As early as 1979, authors evoked the promise of Artificial Intelligence (AI) to provide diagnostic and therapeutic recommendations for patients in the intensive care unit (ICU) [1]. In the past several years the potential applications of AI in the ICU have skyrocketed [2,3]. Yet, there are few outcome studies of AI models implemented in routine clinical care [2]. This is a notable problem given that AI models are beginning to be integrated into clinical care. Sepsis predictive models for example are currently in use at 54% of large hospitals in the United States [4]. In the midst of this growing use of AI in critical care medicine, it is now more important than ever to ensure that we are addressing sources of bias to promote both fairness and health equity.

AI in health care should support the goal of achieving health equity. The U.S. Department of Health and Human Services, through Healthy People 2030, has defined health equity as “the attainment of the highest level of health for all people” and goes on to say “[a]chieving health equity requires valuing everyone equally with focused and ongoing societal efforts to address avoidable inequalities, historical and contemporary injustices, and the elimination of health and health care disparities [5].” Some have conceptualized bias in AI by using fairness [6,7]. Fairness is “absence of any prejudice or favoritism toward an individual or group based on their inherent or acquired characteristics” [6]. An unfair algorithm is biased toward or against a particular individual or subpopulation [7]. However, fairness is only one approach to achieving an overall goal of health equity. In fact it has been argued that some have pursued mathematical definitions of algorithmic fairness at the expense of substantive equality [8].

Without careful attention to bias across the AI lifecycle, from conceptualization to implementation, there is potential to entrench and exacerbate systemic health care inequities. For critically ill patients, this could manifest as delayed diagnosis or treatment, unequal resource allocation, and poor outcomes (e.g., longer ICU stays, increased complications, worse functional status at discharge, and increased mortality). Critically ill patients are in highly monitored settings, generating substantial amounts of data. Clinicians monitor these data, looking for patterns to guide clinical care. AI models could flourish in this data rich environment, potentially identifying patterns not recognizable to humans. However, with this potential comes the risk of introducing concealed bias.

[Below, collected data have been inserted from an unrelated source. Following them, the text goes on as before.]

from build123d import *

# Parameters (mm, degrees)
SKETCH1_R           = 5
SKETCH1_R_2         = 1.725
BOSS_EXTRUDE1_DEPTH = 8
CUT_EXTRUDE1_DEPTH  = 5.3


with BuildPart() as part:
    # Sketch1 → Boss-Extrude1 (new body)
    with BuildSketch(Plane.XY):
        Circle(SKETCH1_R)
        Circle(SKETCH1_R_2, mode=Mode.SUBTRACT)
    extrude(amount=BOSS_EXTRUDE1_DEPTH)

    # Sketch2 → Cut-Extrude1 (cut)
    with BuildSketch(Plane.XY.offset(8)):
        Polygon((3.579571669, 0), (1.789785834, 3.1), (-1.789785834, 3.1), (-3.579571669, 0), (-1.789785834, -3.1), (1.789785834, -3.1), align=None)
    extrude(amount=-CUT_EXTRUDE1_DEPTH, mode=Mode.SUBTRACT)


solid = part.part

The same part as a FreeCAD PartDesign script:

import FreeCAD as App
import Part
import Sketcher
from FreeCAD import Vector
Q = App.Units.Quantity

doc = App.newDocument("Part")
body = doc.addObject("PartDesign::Body", "Body")

sketch1 = body.newObject("Sketcher::SketchObject", "Sketch")
sketch1.AttachmentSupport = (doc.getObject("XY_Plane"), [""])
sketch1.MapMode = "FlatFace"
sketch1.addGeometry([
    Part.Circle(Vector(0, 0, 0), Vector(0, 0, 1), 5),
    Part.Circle(Vector(0, 0, 0), Vector(0, 0, 1), 1.7),
], False)
sketch1.addConstraint([
    Sketcher.Constraint("Coincident", 0, 3, -1, 1),
    Sketcher.Constraint("Coincident", 1, 3, -1, 1),
    Sketcher.Constraint("Diameter", 0, Q("10 mm")),
    Sketcher.Constraint("Diameter", 1, Q("3.45 mm")),
])
pad1 = body.newObject("PartDesign::Pad", "Pad")
pad1.Profile = sketch1
pad1.Length = 8

sketch2 = body.newObject("Sketcher::SketchObject", "Sketch001")
sketch2.AttachmentSupport = (doc.getObject("XY_Plane"), [""])
sketch2.MapMode = "FlatFace"
sketch2.AttachmentOffset = App.Placement(Vector(0, 0, 8), App.Rotation())
sketch2.addGeometry([
    Part.LineSegment(Vector(3.6, 0, 0), Vector(1.8, 3.1, 0)),
    Part.LineSegment(Vector(1.8, 3.1, 0), Vector(-1.8, 3.1, 0)),
    Part.LineSegment(Vector(-1.8, 3.1, 0), Vector(-3.6, 0, 0)),
    Part.LineSegment(Vector(-3.6, 0, 0), Vector(-1.8, -3.1, 0)),
    Part.LineSegment(Vector(-1.8, -3.1, 0), Vector(1.8, -3.1, 0)),
    Part.LineSegment(Vector(1.8, -3.1, 0), Vector(3.6, 0, 0)),
], False)
sketch2.addConstraint([
    Sketcher.Constraint("Coincident", 0, 2, 1, 1),
    Sketcher.Constraint("Coincident", 1, 2, 2, 1),
    Sketcher.Constraint("Coincident", 2, 2, 3, 1),
    Sketcher.Constraint("Coincident", 3, 2, 4, 1),
    Sketcher.Constraint("Coincident", 4, 2, 5, 1),
    Sketcher.Constraint("Coincident", 5, 2, 0, 1),
    Sketcher.Constraint("Horizontal", 1),
    Sketcher.Constraint("Horizontal", 4),
    Sketcher.Constraint("Symmetric", 0, 2, 3, 2, -1, 1),
    Sketcher.Constraint("Symmetric", 2, 2, 5, 2, -1, 1),
    Sketcher.Constraint("PointOnObject", 2, 2, -1),
    Sketcher.Constraint("Parallel", 2, 5),
    Sketcher.Constraint("Vertical", 1, 2, 3, 2),
    Sketcher.Constraint("Angle", 0, Q("120 deg")),
    Sketcher.Constraint("DistanceY", -1, 1, 0, 2, Q("3.1 mm")),
    Sketcher.Constraint("DistanceX", 1, 2, 1, 1, Q("3.579572 mm")),
])
pocket1 = body.newObject("PartDesign::Pocket", "Pocket")
pocket1.Profile = sketch2
pocket1.Length = 5.3

doc.recompute()
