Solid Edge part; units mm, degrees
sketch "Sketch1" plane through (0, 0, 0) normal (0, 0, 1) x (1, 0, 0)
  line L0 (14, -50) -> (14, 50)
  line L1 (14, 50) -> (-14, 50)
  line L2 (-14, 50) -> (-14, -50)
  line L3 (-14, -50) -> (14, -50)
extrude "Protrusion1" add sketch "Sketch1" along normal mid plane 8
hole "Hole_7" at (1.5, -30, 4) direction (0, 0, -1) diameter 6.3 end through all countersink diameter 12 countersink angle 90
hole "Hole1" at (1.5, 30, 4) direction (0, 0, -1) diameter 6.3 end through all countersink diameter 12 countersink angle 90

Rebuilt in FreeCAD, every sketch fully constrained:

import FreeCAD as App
import Part
import Sketcher
from FreeCAD import Vector

doc = App.newDocument("Part")
body = doc.addObject("PartDesign::Body", "Body")

# Sketch on XY plane
sketch1 = body.newObject("Sketcher::SketchObject", "Sketch")
sketch1.AttachmentSupport = (doc.getObject("XY_Plane"), [""])
sketch1.MapMode = "FlatFace"
sketch1.addGeometry([
    Part.LineSegment(Vector(-14, -50, 0), Vector(14, -50, 0)),
    Part.LineSegment(Vector(14, -50, 0), Vector(14, 50, 0)),
    Part.LineSegment(Vector(14, 50, 0), Vector(-14, 50, 0)),
    Part.LineSegment(Vector(-14, 50, 0), Vector(-14, -50, 0)),
], False)
sketch1.addConstraint([
    Sketcher.Constraint("Coincident", 0, 2, 1, 1),
    Sketcher.Constraint("Coincident", 1, 2, 2, 1),
    Sketcher.Constraint("Coincident", 2, 2, 3, 1),
    Sketcher.Constraint("Coincident", 3, 2, 0, 1),
    Sketcher.Constraint("Horizontal", 0),
    Sketcher.Constraint("Vertical", 1),
    Sketcher.Constraint("Horizontal", 2),
    Sketcher.Constraint("Vertical", 3),
    Sketcher.Constraint("Symmetric", 0, 2, 2, 2, -1, 1),
    Sketcher.Constraint("DistanceX", 0, 1, 0, 2, 28.0),
    Sketcher.Constraint("DistanceY", 1, 1, 1, 2, 100.0),
])
pad1 = body.newObject("PartDesign::Pad", "Pad")
pad1.Profile = sketch1
pad1.Length = 8
pad1.Midplane = True

# Sketch on XY plane
sketch2 = body.newObject("Sketcher::SketchObject", "Sketch001")
sketch2.AttachmentSupport = (doc.getObject("XY_Plane"), [""])
sketch2.MapMode = "FlatFace"
sketch2.AttachmentOffset = App.Placement(Vector(0, 0, 4), App.Rotation())
sketch2.addGeometry(Part.Circle(Vector(1.5, -30, 0), Vector(0, 0, 1), 3.1), False)
sketch2.addConstraint([
    Sketcher.Constraint("Diameter", 0, 6.3),
    Sketcher.Constraint("DistanceY", 0, 3, -1, 1, 30.0),
    Sketcher.Constraint("DistanceX", -1, 1, 0, 3, 1.5),
])
doc.recompute()
hole = body.newObject("PartDesign::Hole", "Hole")
hole.Profile = sketch2
hole.ThreadType = "None"
hole.Diameter = 6.3
hole.DepthType = "ThroughAll"
hole.HoleCutType = "Countersink"
hole.HoleCutDiameter = 12
hole.HoleCutCountersinkAngle = 90

# Sketch on XY plane
sketch3 = body.newObject("Sketcher::SketchObject", "Sketch002")
sketch3.AttachmentSupport = (doc.getObject("XY_Plane"), [""])
sketch3.MapMode = "FlatFace"
sketch3.AttachmentOffset = App.Placement(Vector(0, 0, 4), App.Rotation())
sketch3.addGeometry(Part.Circle(Vector(1.5, 30, 0), Vector(0, 0, 1), 3.1), False)
sketch3.addConstraint([
    Sketcher.Constraint("Diameter", 0, 6.3),
    Sketcher.Constraint("DistanceY", -1, 1, 0, 3, 30.0),
    Sketcher.Constraint("DistanceX", -1, 1, 0, 3, 1.5),
])
doc.recompute()
hole2 = body.newObject("PartDesign::Hole", "Hole001")
hole2.Profile = sketch3
hole2.ThreadType = "None"
hole2.Diameter = 6.3
hole2.DepthType = "ThroughAll"
hole2.HoleCutType = "Countersink"
hole2.HoleCutDiameter = 12
hole2.HoleCutCountersinkAngle = 90

doc.recompute()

In this review, we explore sources of potential bias throughout the AI lifecycle, including task definition, data selection, model development and validation, model deployment, model clinical evaluation and continuous model monitoring. We prioritize examples from the critical care literature where possible; however, due to the limited number of studies on AI models implemented in critical care, and even fewer that investigate the equity of these AI interventions, we also incorporate examples from the wider medical literature as well as hypothetical scenarios. We believe this retains value because anticipating bias is difficult, but even hypothetical examples can concretize otherwise abstract concepts. A conceptual framework for bias in the AI lifecycle is shown in Fig. 1.